News-Journal.com
Longview News-Journal, Longview, Texas
May 28, 2003

5-28, Local: Horse slaughter for consumption bill goes back to Senate changed

By GLENN EVANS

AUSTIN — A bill to kill horses for human consumption appeared dead in the Texas Senate until a House amendment on another bill spurred it forward Saturday.

The House amendment to Senate Bill 1413, originally proposed as a bill to eliminate outdated provisions or duplications in the state agriculture code, repealed the section of the code that outlaws horse slaughter for human consumption. The amendment, proposed Saturday and then successfully defended from a motion to reconsider, sends SB 1413 back to the Senate different from the Senate-approved original bill. But now it's more to the liking of supporters of horse slaughter for human consumption overseas.

House Bill 1324 won House approval on April 24, but its supporters appeared to have been defeated in the Senate where it languished in the Senate Natural Resources Committee.

Animal rights advocates who had flocked to a public hearing in March before the House Agriculture Committee were signalling an end to the proposed bill as late as last week.

The House bill legalized horse slaughter for human consumption in foreign countries by specifically outlawing it in the United States. It was filed by Rep. Betty Brown, R-Terrell, whose district holds one of two Texas horse slaughter houses — the only other facility in America is in Fort Worth.

The two plants, owned by Belgian and French interests marketing horsemeat in those countries as well as in Germany and Japan, filed a federal lawsuit after then Texas Attorney General John Cornyn declared their operations illegal last summer.

In the Senate, a spokesman for the original author of SB 1413 said Tuesday that Sen. Bob Deuell did not appreciate his bill to clean up the ag code used as a back door for a House Bill that got stuck in a Senate committee.

"We filed a motion to not concur (with the House amendment) today," Deuell spokesman Don Forse said. "We are not going to put any horsemeat legislation in our bill."

Forse said Deuell is asking Lt. Gov. David Dewhurst to order the formation of a conference committee of five senators and five representatives to work out the difference between the bill Deuell wrote and the one that returned from the House to the Senate. He added Deuell is not going to look favorably on Goodman's and Brown's use of horse slaughter for consumption in the United States as a bargaining chip to legalize its sale for consumption overseas.

"We're not going to recognize the horse amendments," he said.

With Brown's bill faltering in a Senate committee, she and Vernon Republican Rick Hardcastle led a charge Saturday for an amendment to SB 1413, legalizing horse slaughter for human consumption anywhere.

Hardcastle told fellow House members Saturday that he needed full decriminalization in the amendment as leverage in the Senate.

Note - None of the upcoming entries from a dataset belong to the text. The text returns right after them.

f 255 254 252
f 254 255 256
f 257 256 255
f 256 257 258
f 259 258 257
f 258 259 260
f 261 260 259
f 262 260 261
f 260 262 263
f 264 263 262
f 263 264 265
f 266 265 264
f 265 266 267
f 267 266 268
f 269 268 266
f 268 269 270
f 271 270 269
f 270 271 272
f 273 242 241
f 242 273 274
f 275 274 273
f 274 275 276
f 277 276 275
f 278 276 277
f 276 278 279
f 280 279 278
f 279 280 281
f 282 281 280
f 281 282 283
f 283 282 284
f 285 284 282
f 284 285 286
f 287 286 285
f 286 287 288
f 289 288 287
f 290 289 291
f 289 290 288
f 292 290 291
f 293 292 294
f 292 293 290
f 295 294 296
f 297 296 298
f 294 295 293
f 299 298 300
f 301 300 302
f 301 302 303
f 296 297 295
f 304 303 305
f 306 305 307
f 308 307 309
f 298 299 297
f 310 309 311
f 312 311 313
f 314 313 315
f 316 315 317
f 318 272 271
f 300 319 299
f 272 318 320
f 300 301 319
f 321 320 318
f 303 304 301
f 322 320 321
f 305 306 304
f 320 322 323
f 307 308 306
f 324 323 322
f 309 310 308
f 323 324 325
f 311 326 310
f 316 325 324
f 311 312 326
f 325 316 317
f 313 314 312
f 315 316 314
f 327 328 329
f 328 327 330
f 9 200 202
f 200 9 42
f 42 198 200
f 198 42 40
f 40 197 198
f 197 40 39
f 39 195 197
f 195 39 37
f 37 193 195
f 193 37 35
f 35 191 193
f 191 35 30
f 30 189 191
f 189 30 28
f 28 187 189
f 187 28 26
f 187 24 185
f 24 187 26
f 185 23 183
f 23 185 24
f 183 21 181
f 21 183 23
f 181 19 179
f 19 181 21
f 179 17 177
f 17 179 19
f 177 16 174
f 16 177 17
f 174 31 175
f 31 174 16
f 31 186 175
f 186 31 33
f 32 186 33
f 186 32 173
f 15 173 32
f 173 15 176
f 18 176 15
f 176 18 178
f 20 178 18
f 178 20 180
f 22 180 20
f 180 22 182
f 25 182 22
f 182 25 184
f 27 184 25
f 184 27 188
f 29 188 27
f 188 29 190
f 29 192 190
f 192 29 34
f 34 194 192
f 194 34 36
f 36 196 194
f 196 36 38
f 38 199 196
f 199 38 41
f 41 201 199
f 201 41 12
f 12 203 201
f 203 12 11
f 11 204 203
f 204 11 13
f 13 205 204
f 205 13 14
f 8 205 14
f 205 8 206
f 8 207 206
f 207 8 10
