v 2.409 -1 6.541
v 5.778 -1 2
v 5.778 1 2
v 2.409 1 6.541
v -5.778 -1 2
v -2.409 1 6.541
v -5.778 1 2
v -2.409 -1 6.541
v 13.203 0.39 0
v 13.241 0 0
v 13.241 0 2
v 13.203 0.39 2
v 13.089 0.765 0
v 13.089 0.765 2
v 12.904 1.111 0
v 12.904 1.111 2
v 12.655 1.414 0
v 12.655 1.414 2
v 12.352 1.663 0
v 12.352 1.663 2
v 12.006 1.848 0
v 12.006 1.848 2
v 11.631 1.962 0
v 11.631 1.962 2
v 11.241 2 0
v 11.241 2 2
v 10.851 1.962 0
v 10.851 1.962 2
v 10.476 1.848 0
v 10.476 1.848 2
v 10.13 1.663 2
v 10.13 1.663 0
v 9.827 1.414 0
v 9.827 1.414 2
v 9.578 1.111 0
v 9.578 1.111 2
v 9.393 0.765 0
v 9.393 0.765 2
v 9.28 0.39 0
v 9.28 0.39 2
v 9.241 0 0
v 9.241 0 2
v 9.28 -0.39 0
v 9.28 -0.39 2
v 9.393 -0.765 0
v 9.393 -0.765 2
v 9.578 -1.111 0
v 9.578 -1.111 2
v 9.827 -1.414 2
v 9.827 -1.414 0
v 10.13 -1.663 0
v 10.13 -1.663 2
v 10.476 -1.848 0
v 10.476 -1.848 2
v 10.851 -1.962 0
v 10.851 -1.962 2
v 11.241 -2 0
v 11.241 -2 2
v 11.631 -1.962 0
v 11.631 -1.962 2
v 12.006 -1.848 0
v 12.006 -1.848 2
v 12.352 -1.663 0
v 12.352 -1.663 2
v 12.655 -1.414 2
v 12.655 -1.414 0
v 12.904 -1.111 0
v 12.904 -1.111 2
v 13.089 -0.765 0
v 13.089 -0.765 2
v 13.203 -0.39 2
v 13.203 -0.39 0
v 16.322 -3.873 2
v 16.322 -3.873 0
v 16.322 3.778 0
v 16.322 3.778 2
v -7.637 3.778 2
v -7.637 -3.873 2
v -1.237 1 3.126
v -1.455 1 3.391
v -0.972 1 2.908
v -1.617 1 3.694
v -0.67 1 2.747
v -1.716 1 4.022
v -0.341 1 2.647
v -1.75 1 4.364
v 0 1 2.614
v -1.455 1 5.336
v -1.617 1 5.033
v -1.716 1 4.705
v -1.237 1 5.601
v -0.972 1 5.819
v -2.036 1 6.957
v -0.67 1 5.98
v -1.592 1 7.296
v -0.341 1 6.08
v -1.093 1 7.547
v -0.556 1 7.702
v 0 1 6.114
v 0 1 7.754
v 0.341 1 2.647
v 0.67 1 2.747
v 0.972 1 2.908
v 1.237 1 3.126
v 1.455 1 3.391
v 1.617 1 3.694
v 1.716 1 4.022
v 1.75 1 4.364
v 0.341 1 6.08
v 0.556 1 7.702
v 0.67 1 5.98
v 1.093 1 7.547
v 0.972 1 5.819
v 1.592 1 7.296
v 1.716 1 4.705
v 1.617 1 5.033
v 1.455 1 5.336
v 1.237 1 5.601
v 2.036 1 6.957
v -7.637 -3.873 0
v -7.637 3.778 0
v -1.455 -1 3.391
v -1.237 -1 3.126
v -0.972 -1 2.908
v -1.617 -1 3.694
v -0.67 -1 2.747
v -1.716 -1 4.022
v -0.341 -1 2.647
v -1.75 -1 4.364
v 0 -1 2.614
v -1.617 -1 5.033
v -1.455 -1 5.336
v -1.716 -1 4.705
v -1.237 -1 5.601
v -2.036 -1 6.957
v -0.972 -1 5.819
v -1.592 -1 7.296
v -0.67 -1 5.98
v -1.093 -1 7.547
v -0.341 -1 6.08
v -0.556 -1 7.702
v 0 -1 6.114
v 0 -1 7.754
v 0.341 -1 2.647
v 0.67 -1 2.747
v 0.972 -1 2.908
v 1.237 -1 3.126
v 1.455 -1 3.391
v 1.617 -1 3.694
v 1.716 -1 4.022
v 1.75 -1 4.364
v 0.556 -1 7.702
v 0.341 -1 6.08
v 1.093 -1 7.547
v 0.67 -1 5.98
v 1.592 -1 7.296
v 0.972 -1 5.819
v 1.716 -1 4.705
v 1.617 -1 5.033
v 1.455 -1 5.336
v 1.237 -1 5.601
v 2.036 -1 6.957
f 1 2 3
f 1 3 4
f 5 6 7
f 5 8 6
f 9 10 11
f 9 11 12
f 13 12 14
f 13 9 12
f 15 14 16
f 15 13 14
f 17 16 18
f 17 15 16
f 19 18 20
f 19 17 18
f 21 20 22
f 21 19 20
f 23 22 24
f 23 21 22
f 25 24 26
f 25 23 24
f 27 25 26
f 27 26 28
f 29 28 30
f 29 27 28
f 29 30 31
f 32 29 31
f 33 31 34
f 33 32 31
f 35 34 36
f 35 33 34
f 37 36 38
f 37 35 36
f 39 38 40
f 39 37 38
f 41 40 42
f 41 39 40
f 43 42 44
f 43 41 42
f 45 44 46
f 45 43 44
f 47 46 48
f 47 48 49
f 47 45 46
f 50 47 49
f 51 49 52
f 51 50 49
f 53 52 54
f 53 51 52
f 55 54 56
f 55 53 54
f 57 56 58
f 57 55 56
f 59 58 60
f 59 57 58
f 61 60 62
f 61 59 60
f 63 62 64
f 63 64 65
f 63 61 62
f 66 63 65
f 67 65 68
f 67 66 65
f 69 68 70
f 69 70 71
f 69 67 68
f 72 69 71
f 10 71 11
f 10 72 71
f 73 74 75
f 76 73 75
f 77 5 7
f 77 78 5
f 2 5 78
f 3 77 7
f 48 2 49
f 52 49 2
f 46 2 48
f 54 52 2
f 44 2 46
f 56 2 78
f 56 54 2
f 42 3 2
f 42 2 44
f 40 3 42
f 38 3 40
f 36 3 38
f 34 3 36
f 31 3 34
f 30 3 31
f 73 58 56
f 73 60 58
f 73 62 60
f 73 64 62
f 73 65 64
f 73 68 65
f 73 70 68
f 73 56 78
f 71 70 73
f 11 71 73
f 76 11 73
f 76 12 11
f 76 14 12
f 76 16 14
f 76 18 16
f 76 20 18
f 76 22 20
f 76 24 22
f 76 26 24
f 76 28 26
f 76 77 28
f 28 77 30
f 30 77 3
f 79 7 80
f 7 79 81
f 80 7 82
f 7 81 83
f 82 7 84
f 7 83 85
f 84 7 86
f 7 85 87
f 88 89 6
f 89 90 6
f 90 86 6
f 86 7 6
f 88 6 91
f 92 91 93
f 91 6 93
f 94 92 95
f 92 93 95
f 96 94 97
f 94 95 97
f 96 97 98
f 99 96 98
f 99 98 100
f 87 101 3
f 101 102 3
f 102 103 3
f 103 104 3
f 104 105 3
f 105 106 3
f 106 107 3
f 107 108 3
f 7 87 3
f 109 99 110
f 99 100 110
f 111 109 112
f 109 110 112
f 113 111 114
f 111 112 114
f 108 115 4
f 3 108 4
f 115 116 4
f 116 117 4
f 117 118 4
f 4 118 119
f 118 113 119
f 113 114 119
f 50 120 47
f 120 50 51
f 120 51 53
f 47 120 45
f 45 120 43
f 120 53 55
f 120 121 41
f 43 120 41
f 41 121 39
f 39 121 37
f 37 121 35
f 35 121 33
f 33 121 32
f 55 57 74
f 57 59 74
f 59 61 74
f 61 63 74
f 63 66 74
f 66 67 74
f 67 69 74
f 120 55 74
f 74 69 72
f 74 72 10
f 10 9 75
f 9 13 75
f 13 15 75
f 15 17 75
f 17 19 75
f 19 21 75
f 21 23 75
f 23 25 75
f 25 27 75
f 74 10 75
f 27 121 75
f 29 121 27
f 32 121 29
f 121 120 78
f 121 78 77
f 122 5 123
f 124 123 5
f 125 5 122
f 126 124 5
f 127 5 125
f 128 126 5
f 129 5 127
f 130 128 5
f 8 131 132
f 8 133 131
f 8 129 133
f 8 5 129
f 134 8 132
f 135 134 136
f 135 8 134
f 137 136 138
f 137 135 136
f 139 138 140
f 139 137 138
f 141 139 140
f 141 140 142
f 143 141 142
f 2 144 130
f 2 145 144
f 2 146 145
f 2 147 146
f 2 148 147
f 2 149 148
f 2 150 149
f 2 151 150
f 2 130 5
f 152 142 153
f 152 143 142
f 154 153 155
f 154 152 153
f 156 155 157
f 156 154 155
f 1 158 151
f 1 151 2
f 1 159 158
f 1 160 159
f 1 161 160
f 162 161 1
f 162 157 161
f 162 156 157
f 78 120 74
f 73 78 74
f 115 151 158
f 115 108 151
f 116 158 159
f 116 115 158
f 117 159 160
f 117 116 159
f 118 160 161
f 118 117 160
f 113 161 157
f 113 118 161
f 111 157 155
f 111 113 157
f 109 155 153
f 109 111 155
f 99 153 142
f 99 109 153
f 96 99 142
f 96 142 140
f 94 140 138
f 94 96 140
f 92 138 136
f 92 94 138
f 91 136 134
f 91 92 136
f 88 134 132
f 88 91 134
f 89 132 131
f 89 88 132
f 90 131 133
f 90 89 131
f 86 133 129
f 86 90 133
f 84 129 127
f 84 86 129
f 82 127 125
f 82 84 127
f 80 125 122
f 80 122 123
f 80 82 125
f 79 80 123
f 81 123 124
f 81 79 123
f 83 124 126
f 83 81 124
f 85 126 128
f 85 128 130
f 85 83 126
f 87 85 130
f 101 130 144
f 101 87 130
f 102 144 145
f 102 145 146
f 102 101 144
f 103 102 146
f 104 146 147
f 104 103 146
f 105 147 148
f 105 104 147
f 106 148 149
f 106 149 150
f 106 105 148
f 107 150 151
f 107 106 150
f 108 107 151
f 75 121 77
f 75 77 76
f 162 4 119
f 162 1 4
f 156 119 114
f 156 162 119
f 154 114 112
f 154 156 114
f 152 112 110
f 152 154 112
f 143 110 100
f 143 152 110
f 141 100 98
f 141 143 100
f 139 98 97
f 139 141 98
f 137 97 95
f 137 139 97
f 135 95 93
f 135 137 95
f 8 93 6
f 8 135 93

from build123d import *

# Parameters (mm, degrees)
F0_W     = 23.9590460792
F0_H     = 7.6507304548
F0_R     = 2
F1_DEPTH = 2
F2_R     = 1.75
F3_DEPTH = 1


# Not quite as in the source:
# - a feature names something its author has since deleted; it is built from what else it names


with BuildPart() as f1:
    # F0 (on Top) → F1 (new body)
    with BuildSketch(Plane.XY):
        with Locations((4.3424949229, -0.0471555286)):
            Rectangle(F0_W, F0_H)
        with Locations((11.2411081956, 0)):
            Circle(F0_R, mode=Mode.SUBTRACT)
    extrude(amount=F1_DEPTH)

    # F2 (on Front) → F3 (join, symmetric)
    with BuildSketch(Plane.XZ):
        with BuildLine():
            Line((-2.4094440999, 6.5410234491), (-5.7779996579, 2))
            Line((-5.7779996579, 2), (5.7779996579, 2))
            Line((5.7779996579, 2), (2.4094440999, 6.5410234491))
            ThreePointArc((2.4094440999, 6.5410234491), (0, 7.7536848887), (-2.4094440999, 6.5410234491))
        make_face()
        with Locations((0, 4.3635135517)):
            Circle(F2_R, mode=Mode.SUBTRACT)
    extrude(amount=F3_DEPTH, both=True)


solid = f1.part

“We're not going to allow the horsemeat to be used for human consumption in the United States," Saturday's House transcript quotes Hardcastle as saying. "But we need to leave that amendment (legalizing the slaughterhouses) in the bill as it is so we can go to conference and fix it right, or so that we've got enough leverage to get Ms. Brown's bill voted on in the (Senate) committee."

Brown defended Hardcastle's tactic, repeating his pledge that the part of the amendment legalizing horse meat consumption in the United States would be traded as a bargaining chip for Senate approval of legalizing its sale to foreign countries.

"It's just that this happens to be the only avenue left to us to get it out of here and get it to a point where we can get reasonable people working on it and get it (passed) in some form," Brown says in the transcript.

The vote to kill the amendment, and leave horse slaughter for human consumption illegal, died 72-45.

Reps. Tommy Merritt, R-Longview, and Bryan Hughes, R-Mineola, voted to kill the amendment. Reps. Mark Homer, D-Paris, Chuck Hopson, D-Jacksonville, and Leo Berman, R-Tyler, voted against killing the amendment.